# Stick-Volumenverbrauch beim WoW-Zocken



## Fallenearth2207 (10. November 2011)

Hey Leute,
zock seit paar Tagen WoW mit nem Surfstick von Vodafone D2. 
Hab in paar Foren gelesen, dass man normal vom reinen Verbrauch keine Probleme haben sollte. Er so um die 20 MB in der Stunde (hab das am häufigsten als Richtwert gelesen) liegen sollte.
Ich hab aber nen Verbrauch von ca. 200 MB die Stunde und das is dann für nen Volumen von 5 oder 10 GB doch schon ne ordentliche Menge....

Hab zur Zeit noch nen Patch runterzuladen, aber den Downloader hierfür brech ich bis zum kommenden Wochenende immer ab und lad ihn daheim mit normalen Internet runter. Also kann es ja nicht wirklich daran liegen, dass ich so nen enormen Volumenverbrauch habe, oder etwa doch?

Hat jemand ne Idee, woran das liegen könnte?

Danke schonmal im Voraus


----------



## kaepteniglo (10. November 2011)

Kommt auch auf deinen Addons an, die du verwendest.


----------



## Fallenearth2207 (10. November 2011)

kaepteniglo schrieb:


> Kommt auch auf deinen Addons an, die du verwendest.



Verwende noch gar keine Addons, da ich erstmal alles neu installiert hab und noch nicht mal die Erweiterung Cata hab. Hab ne lange Pause gemacht gehabt.
Also daran kann es nicht liegen


----------



## Saji (10. November 2011)

Auch wenn WoW augenscheinlich spielbar fertig ist, kann es im Hintergrund noch Daten nachladen. So kann man schon spielen, während fehlende Elemente im Hintergrund "nachgestreamt" werden. Eventuell trifft das bei dir zu.

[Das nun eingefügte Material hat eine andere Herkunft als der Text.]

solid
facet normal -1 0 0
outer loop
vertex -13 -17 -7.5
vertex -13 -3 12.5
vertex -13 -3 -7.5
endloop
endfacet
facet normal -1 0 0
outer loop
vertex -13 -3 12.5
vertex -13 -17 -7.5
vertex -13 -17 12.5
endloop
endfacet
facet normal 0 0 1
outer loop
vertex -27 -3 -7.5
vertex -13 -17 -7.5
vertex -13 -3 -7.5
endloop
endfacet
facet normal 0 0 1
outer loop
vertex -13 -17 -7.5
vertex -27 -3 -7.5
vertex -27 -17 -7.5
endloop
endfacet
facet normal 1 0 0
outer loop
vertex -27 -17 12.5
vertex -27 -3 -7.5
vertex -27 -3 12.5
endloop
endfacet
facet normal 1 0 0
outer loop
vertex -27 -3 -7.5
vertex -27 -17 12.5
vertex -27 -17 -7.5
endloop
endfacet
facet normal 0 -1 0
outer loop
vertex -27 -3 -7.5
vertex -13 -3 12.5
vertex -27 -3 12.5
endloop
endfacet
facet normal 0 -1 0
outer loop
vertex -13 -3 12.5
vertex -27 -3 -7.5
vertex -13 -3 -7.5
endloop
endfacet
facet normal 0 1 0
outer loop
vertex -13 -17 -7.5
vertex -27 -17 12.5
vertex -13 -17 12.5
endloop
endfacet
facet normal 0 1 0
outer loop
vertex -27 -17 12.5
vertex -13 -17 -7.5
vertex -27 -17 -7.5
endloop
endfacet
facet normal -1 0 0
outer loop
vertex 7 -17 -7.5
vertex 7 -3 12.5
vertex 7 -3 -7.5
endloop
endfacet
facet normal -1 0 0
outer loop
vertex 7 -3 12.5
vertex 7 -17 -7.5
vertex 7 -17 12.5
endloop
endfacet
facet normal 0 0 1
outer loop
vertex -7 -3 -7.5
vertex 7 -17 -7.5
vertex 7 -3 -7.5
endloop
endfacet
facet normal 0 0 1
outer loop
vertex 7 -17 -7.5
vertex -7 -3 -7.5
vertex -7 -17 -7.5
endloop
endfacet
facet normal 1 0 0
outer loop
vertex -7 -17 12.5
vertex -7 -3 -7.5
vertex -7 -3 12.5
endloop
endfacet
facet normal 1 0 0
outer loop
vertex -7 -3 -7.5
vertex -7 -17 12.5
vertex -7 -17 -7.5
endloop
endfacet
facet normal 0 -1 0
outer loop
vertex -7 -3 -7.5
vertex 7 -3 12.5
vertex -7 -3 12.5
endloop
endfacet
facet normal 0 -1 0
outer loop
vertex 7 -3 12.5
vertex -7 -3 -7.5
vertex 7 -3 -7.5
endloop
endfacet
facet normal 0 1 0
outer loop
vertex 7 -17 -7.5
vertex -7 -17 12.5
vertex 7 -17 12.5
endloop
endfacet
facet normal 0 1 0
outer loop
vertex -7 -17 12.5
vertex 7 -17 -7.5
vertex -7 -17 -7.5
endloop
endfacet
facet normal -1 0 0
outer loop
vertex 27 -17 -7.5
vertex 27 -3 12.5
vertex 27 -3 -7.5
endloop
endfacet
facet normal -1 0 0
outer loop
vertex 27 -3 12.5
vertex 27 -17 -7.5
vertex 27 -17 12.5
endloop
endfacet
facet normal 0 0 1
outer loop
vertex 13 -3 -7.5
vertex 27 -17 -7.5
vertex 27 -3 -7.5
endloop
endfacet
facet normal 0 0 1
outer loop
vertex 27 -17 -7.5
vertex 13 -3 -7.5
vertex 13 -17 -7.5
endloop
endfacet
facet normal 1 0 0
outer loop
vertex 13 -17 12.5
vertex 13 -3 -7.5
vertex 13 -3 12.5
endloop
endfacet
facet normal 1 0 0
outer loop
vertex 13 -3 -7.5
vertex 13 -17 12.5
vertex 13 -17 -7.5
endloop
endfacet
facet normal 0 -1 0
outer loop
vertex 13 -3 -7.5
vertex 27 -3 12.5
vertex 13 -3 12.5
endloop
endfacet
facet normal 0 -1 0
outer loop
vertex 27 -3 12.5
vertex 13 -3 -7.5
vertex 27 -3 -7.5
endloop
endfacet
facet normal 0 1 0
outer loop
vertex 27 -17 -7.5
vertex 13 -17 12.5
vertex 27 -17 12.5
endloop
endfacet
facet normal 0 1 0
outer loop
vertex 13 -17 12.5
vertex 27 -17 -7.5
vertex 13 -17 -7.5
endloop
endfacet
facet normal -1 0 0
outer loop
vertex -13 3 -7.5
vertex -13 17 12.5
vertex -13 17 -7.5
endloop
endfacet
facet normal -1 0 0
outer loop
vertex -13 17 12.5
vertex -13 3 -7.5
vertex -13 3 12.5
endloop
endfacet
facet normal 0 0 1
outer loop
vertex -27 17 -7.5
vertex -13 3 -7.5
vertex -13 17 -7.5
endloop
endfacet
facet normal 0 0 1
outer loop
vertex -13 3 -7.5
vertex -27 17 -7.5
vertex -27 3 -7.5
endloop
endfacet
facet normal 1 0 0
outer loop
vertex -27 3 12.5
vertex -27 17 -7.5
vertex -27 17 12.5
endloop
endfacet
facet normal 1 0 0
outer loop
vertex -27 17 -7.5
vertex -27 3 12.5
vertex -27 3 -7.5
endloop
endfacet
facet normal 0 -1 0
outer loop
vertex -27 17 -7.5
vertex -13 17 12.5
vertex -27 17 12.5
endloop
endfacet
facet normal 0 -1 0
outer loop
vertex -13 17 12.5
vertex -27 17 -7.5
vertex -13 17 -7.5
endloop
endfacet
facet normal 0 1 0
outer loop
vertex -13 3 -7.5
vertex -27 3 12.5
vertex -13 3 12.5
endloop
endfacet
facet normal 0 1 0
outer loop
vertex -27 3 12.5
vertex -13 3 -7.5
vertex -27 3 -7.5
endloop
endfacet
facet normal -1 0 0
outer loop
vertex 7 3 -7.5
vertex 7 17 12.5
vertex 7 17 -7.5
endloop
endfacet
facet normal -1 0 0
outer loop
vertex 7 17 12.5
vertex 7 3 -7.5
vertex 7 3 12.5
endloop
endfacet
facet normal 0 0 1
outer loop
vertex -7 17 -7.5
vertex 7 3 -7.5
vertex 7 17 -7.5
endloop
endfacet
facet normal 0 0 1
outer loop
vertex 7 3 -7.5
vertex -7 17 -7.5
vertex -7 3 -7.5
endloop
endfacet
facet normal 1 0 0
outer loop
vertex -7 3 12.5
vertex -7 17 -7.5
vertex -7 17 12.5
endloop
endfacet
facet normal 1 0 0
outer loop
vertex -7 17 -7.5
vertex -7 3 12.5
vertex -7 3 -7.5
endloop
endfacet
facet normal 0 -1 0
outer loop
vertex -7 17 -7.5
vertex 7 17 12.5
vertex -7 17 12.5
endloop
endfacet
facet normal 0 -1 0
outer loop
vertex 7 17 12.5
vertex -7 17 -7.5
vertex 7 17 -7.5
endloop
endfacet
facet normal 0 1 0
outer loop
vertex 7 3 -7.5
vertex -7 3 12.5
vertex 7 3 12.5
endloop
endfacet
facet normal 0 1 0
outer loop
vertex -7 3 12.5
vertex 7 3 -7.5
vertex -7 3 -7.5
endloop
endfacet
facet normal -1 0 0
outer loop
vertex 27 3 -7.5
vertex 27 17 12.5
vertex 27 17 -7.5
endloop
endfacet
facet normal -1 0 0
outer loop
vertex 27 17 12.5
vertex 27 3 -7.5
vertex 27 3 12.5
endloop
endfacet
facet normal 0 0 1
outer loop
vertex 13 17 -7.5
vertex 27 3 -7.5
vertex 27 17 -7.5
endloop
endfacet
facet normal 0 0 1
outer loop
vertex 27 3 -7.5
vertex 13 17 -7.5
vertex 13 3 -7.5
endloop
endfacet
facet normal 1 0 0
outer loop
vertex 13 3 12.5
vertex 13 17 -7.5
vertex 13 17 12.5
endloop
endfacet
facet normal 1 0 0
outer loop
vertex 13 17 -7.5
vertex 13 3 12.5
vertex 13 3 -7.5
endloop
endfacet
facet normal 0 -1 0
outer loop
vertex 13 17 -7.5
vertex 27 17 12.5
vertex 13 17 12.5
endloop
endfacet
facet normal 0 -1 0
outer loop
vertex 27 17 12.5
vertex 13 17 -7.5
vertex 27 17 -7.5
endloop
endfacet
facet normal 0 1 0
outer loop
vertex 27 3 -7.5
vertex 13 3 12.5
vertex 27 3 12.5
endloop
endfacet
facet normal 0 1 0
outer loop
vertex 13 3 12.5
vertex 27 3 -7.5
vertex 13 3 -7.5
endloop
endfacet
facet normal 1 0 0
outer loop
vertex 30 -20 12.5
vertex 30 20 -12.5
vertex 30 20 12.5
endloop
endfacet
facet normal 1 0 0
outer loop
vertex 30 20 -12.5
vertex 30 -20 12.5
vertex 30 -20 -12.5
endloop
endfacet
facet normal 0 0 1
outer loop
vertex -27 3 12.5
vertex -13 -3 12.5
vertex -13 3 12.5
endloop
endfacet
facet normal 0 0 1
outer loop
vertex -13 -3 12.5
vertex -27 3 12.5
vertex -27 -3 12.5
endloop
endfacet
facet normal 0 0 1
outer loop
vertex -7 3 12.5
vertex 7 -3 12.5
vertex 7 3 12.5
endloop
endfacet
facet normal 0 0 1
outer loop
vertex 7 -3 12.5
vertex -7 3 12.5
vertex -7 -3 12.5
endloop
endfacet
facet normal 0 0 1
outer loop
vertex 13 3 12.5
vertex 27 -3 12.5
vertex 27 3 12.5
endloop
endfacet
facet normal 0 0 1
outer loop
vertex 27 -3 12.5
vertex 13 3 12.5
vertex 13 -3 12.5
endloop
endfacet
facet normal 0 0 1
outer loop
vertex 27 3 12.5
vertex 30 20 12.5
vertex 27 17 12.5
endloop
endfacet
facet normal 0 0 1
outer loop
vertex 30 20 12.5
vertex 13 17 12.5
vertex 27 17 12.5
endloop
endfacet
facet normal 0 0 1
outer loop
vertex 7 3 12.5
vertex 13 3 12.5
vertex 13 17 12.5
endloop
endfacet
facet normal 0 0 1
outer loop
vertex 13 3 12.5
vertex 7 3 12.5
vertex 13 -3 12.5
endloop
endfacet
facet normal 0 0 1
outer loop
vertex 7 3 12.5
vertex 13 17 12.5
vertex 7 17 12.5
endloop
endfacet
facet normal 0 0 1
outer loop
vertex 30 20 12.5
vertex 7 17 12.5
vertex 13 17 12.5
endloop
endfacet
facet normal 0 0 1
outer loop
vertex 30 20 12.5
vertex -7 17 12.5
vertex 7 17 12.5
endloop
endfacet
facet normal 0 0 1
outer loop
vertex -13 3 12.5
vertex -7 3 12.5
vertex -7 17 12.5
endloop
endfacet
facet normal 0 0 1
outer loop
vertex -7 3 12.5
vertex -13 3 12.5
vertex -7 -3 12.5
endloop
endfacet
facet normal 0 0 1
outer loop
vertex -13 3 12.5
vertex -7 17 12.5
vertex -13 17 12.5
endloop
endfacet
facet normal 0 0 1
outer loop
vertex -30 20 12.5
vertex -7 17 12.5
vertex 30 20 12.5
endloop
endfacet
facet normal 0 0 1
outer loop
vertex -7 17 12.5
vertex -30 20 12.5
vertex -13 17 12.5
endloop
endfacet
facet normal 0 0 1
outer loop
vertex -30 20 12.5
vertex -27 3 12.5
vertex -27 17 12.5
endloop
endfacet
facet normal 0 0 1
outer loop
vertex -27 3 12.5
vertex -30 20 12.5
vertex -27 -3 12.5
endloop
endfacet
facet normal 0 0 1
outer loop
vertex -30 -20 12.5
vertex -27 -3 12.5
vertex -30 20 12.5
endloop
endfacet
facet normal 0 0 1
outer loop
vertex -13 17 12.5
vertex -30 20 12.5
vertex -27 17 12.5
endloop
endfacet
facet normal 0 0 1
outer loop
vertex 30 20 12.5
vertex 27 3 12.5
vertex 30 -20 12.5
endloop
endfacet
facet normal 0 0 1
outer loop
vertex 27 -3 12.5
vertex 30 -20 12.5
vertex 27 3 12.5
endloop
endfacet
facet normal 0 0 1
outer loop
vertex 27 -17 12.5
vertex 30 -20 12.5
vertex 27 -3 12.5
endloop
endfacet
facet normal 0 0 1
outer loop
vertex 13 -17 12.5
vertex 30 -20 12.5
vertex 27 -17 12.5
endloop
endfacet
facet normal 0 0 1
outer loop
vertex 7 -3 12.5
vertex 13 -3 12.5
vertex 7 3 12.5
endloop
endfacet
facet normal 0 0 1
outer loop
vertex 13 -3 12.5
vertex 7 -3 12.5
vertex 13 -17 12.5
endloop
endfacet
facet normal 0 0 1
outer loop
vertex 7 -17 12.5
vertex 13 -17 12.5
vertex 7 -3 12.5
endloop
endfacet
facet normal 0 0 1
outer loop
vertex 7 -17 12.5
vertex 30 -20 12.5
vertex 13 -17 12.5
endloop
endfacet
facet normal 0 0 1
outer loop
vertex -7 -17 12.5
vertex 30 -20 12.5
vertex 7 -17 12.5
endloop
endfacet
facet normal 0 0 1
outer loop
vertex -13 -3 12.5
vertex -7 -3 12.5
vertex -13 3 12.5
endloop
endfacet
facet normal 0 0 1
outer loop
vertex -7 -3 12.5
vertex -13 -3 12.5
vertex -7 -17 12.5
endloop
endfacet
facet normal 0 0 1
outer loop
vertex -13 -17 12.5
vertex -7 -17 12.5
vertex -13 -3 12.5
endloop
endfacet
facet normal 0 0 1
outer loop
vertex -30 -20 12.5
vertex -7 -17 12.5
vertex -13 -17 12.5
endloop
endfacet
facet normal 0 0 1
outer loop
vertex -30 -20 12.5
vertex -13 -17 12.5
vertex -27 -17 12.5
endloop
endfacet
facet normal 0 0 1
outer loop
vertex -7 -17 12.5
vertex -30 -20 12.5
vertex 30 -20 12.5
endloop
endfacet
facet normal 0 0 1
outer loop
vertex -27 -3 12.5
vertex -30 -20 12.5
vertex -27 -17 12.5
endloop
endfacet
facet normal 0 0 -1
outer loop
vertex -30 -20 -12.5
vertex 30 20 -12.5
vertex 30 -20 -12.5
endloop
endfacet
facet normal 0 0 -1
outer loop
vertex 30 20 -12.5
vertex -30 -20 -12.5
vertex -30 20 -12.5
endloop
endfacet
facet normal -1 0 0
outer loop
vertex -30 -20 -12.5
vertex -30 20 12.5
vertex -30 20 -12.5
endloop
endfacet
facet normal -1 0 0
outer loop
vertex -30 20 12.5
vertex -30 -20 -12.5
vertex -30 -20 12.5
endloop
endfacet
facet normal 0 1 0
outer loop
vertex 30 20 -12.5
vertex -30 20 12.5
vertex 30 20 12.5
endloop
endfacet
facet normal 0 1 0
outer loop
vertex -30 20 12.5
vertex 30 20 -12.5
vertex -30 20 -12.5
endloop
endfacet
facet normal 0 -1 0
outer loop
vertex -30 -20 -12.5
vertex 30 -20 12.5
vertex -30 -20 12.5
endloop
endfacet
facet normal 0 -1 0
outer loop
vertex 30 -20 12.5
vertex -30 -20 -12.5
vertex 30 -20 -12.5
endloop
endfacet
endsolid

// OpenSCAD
$fn = 32;

// ----------------------------------------------------------------------
// Pocket plate 60 x 40 x 25
// 2 x 3 pockets 14 mm square, 20 mm deep
// ----------------------------------------------------------------------

// --- parameters (mm) ---
thickness = 25;  // plate thickness
floor_t = 5;     // material left under each pocket
pocket = 14;     // pocket side length
pitch_x = 20;    // pocket pitch along X
pitch_y = 20;    // pocket pitch along Y
cols = 3;        // pockets per row
rows = 2;        // rows of pockets

// --- derived feature positions (mm) ---
depth = thickness - floor_t;        // = 20   pocket depth, down to the floor
span_x = (cols - 1) * pitch_x;      // = 40   distance between outer pockets
span_y = (rows - 1) * pitch_y;      // = 20   distance between outer pocket rows
origin_x = -span_x / 2;             // = -20   X of the first pocket
origin_y = -span_y / 2;             // = -10   Y of the first pocket
plate = [span_x + pocket + 6, span_y + pocket + 6, thickness];  // = [60, 40, 25]   overall size: pockets plus 3 mm of wall on each side
feature_centers = [
  [origin_x + 0 * pitch_x, origin_y + 0 * pitch_y],
  [origin_x + 1 * pitch_x, origin_y + 0 * pitch_y],
  [origin_x + 2 * pitch_x, origin_y + 0 * pitch_y],
  [origin_x + 0 * pitch_x, origin_y + 1 * pitch_y],
  [origin_x + 1 * pitch_x, origin_y + 1 * pitch_y],
  [origin_x + 2 * pitch_x, origin_y + 1 * pitch_y]
];   // pocket centres, used verbatim by the cutter loop

// plate outline, then one pocket per centre in feature_centers
difference() {
  cube(plate, center = true);
  for (centre = feature_centers)
    translate([centre[0] - pocket / 2, centre[1] - pocket / 2, plate[2] / 2 - depth])
      cube([pocket, pocket, depth + 1]);  // centred on the declared pocket centre
}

Auch schwankt dein Verbrauch je nach dem, wo du gerade bist. In einem einsamen Questgebiet fällt deutlich weniger Traffic an als zum Beispiel in Stormwind oder Orgrimmar wenn alle wieder am rumwuseln sind.


----------



## Dagonzo (10. November 2011)

Selbst 20MB pro Stunde wären noch sehr viel. 
Ansteigen kann es wie schon geschrieben wurde, durch Addons und bei Raids bzw. hängt oftmals beides voneinander ab. In Raid verbrauchen einige Addons mehr als wenn du alleine rumläufst.
Probier das ganze mal wahlweise ohne Addons zu spielen.
Addons die keinen Traffic verursachen sollten, sind z.B. nahezu alle Interfaceanpassungen. Addons wie Altoholic, Atlas Loot, Questaddons oder aber auch besonders Addons wie z.B. DBM, Gildenaddons oder Gearscore/Playerscore (wenn man es viel nutzt) und Recount/Omen können recht viel Traffic verursachen.

Edit:
Wenn du keine Addons nutzt, hast du vielleicht was am laufen, was laufende Programme überwacht? Vielleicht ein Firewall die durch das Spiel mehr Traffic verursacht? Sollte eigentlich nicht sein, aber man weis ja nie.
Lade dir doch mal ein Programm runter das den Traffic von den einzelnen Programmen überwacht:
http://www.trafficmonitor.de/


----------



## Fallenearth2207 (10. November 2011)

Wie ich schon sagte - Addons benutze ich zur Zeit überhaupt keine, nur die möglichen Interface-Einstellungen im Spiel selbst.
Der Downloader wird jedes mal, wenn ich WoW starte, von mir manuell abgebrochen, so dass nichts gestreamt wird.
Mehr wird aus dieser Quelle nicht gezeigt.